- **HOW TO COMPLETE THIS TASK**:
Set down a word-for-word copy of the data below, limited to the lines from the first through the line with "e12 v8 v5 LINE".

Saved entries
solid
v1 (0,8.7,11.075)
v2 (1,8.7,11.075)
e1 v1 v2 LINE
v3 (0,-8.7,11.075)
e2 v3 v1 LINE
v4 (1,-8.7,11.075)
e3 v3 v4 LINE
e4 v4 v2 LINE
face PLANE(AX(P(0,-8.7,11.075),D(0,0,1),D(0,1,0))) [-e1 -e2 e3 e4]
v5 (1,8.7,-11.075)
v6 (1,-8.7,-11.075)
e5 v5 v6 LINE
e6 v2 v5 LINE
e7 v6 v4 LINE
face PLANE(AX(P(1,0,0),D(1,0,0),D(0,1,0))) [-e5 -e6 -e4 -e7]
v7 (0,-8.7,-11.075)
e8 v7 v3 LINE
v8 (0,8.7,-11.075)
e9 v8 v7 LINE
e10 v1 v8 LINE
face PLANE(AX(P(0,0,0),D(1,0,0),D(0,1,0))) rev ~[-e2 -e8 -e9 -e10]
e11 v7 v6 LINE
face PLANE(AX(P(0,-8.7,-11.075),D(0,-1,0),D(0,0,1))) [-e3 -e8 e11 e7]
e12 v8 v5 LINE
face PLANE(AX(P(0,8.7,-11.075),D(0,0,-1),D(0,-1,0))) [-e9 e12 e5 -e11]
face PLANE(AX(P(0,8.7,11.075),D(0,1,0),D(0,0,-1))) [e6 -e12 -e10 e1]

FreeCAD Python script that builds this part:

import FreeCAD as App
import Part
import Sketcher

doc = App.newDocument("Part")
body = doc.addObject("PartDesign::Body", "Body")

sketch1 = doc.addObject("Sketcher::SketchObject", "Sketch")
body.addObject(sketch1)
sketch1.AttachmentSupport = (doc.YZ_Plane, [""])
sketch1.MapMode = "FlatFace"
sketch1.addGeometry([
    Part.LineSegment(App.Vector(9, 11, 0), App.Vector(-9, 11, 0)),
    Part.LineSegment(App.Vector(-9, 11, 0), App.Vector(-9, -11, 0)),
    Part.LineSegment(App.Vector(-9, -11, 0), App.Vector(9, -11, 0)),
    Part.LineSegment(App.Vector(9, -11, 0), App.Vector(9, 11, 0)),
], False)
sketch1.addConstraint([
    Sketcher.Constraint("Coincident", 0, 2, 1, 1),
    Sketcher.Constraint("Coincident", 1, 2, 2, 1),
    Sketcher.Constraint("Coincident", 2, 2, 3, 1),
    Sketcher.Constraint("Coincident", 3, 2, 0, 1),
    Sketcher.Constraint("Horizontal", 0),
    Sketcher.Constraint("Vertical", 1),
    Sketcher.Constraint("Horizontal", 2),
    Sketcher.Constraint("Vertical", 3),
    Sketcher.Constraint("Symmetric", 0, 2, 2, 2, -1, 1),
    Sketcher.Constraint("DistanceX", 0, 2, 0, 1, 17.4),
    Sketcher.Constraint("DistanceY", 1, 2, 1, 1, 22.15),
])
pad1 = doc.addObject("PartDesign::Pad", "Pad")
body.addObject(pad1)
pad1.Profile = sketch1
pad1.Length = 1

doc.recompute()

- **OUTPUT OF THE TASK**:
solid
v1 (0,8.7,11.075)
v2 (1,8.7,11.075)
e1 v1 v2 LINE
v3 (0,-8.7,11.075)
e2 v3 v1 LINE
v4 (1,-8.7,11.075)
e3 v3 v4 LINE
e4 v4 v2 LINE
face PLANE(AX(P(0,-8.7,11.075),D(0,0,1),D(0,1,0))) [-e1 -e2 e3 e4]
v5 (1,8.7,-11.075)
v6 (1,-8.7,-11.075)
e5 v5 v6 LINE
e6 v2 v5 LINE
e7 v6 v4 LINE
face PLANE(AX(P(1,0,0),D(1,0,0),D(0,1,0))) [-e5 -e6 -e4 -e7]
v7 (0,-8.7,-11.075)
e8 v7 v3 LINE
v8 (0,8.7,-11.075)
e9 v8 v7 LINE
e10 v1 v8 LINE
face PLANE(AX(P(0,0,0),D(1,0,0),D(0,1,0))) rev ~[-e2 -e8 -e9 -e10]
e11 v7 v6 LINE
face PLANE(AX(P(0,-8.7,-11.075),D(0,-1,0),D(0,0,1))) [-e3 -e8 e11 e7]
e12 v8 v5 LINE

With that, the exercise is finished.